**What this task involves:** From the data below, return the exact lines starting at the line containing "f 44 337 347" and ending at the line containing "f 387 192 190", both included, and nothing else.

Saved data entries
Content starts

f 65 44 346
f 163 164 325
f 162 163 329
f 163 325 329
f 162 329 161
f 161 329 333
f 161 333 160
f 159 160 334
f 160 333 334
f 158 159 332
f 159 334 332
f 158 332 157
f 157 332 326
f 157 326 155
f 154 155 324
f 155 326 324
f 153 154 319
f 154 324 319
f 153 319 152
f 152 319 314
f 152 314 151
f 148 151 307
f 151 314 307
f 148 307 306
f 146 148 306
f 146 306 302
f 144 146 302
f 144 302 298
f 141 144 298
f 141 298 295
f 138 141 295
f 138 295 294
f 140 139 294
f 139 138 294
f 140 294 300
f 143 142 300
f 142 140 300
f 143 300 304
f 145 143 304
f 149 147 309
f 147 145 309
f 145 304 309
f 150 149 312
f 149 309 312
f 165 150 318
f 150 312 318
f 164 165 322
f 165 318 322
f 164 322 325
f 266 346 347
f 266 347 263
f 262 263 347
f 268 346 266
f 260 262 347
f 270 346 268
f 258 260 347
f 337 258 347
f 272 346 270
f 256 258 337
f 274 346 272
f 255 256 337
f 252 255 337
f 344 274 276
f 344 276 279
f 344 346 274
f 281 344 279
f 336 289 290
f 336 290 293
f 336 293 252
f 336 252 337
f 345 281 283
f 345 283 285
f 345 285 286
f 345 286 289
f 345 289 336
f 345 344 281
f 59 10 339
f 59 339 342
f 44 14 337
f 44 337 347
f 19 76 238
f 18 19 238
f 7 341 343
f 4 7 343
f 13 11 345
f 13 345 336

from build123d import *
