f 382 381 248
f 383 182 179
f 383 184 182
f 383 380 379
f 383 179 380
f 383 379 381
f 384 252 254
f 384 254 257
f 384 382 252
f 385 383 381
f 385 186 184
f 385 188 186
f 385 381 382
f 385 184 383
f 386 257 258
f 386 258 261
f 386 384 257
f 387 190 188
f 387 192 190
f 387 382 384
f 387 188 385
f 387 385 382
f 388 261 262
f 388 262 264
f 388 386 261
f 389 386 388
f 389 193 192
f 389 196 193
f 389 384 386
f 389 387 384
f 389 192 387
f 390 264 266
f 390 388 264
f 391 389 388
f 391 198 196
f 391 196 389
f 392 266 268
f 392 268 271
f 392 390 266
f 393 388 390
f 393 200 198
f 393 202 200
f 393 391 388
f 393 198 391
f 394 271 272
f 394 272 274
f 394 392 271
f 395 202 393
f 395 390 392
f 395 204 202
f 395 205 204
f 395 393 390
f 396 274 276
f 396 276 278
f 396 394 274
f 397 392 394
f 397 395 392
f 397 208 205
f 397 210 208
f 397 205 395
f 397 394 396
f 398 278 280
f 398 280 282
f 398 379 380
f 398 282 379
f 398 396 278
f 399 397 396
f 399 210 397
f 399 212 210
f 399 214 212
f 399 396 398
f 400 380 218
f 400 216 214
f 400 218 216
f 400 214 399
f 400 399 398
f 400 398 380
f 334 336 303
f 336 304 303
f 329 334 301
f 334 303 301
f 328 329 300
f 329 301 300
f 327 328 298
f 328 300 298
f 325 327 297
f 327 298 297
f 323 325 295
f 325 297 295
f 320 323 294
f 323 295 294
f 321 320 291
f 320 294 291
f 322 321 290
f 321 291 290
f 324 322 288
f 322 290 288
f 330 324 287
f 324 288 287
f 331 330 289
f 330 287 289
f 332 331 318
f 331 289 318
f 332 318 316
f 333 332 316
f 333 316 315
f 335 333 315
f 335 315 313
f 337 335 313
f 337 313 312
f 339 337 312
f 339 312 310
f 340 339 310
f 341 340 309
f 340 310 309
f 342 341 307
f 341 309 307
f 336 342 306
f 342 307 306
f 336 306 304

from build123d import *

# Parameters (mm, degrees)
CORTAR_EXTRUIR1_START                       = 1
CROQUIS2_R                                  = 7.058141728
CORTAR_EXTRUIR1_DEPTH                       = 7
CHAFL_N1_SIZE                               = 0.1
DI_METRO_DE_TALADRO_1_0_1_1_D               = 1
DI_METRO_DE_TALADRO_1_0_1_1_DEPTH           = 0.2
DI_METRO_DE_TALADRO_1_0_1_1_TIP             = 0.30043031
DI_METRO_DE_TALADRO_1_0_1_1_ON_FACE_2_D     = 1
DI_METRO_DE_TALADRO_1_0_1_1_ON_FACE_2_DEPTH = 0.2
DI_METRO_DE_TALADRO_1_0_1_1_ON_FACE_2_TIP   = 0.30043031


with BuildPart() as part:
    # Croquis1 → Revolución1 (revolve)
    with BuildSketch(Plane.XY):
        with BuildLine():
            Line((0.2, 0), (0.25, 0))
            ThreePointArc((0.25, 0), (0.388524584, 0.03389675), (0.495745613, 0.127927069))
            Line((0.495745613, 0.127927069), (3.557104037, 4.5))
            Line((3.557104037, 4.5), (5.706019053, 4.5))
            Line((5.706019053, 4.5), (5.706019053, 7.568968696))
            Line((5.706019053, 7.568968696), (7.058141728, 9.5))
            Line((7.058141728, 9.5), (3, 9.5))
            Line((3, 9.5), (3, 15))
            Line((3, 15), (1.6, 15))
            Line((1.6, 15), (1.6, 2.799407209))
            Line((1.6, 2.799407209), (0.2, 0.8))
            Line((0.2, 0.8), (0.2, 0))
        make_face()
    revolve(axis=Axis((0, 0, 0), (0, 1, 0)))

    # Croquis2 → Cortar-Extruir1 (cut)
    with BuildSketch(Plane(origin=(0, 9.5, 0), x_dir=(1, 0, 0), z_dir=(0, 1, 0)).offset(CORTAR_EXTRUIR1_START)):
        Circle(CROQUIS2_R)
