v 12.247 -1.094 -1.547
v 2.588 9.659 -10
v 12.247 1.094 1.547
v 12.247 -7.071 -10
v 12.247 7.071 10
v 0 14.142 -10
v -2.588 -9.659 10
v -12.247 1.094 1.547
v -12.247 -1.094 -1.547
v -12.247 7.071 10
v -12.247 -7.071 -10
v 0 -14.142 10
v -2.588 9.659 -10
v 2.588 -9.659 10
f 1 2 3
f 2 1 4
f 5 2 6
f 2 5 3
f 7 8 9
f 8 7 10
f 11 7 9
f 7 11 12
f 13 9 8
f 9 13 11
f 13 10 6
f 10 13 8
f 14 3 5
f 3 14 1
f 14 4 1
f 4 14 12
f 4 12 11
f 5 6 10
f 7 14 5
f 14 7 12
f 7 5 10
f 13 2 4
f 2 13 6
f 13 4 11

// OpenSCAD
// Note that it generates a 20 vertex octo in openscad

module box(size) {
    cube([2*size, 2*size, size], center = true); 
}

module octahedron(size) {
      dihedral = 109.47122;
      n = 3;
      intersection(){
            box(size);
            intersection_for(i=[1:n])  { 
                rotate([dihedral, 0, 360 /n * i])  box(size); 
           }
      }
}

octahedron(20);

Content ends

**Exercise result:**
f 44 337 347
f 19 76 238
f 18 19 238
f 7 341 343
f 4 7 343
f 13 11 345
f 13 345 336

from build123d import *
f 382 381 248
f 383 182 179
f 383 184 182
f 383 380 379
f 383 179 380
f 383 379 381
f 384 252 254
f 384 254 257
f 384 382 252
f 385 383 381
f 385 186 184
f 385 188 186
f 385 381 382
f 385 184 383
f 386 257 258
f 386 258 261
f 386 384 257
f 387 190 188
f 387 192 190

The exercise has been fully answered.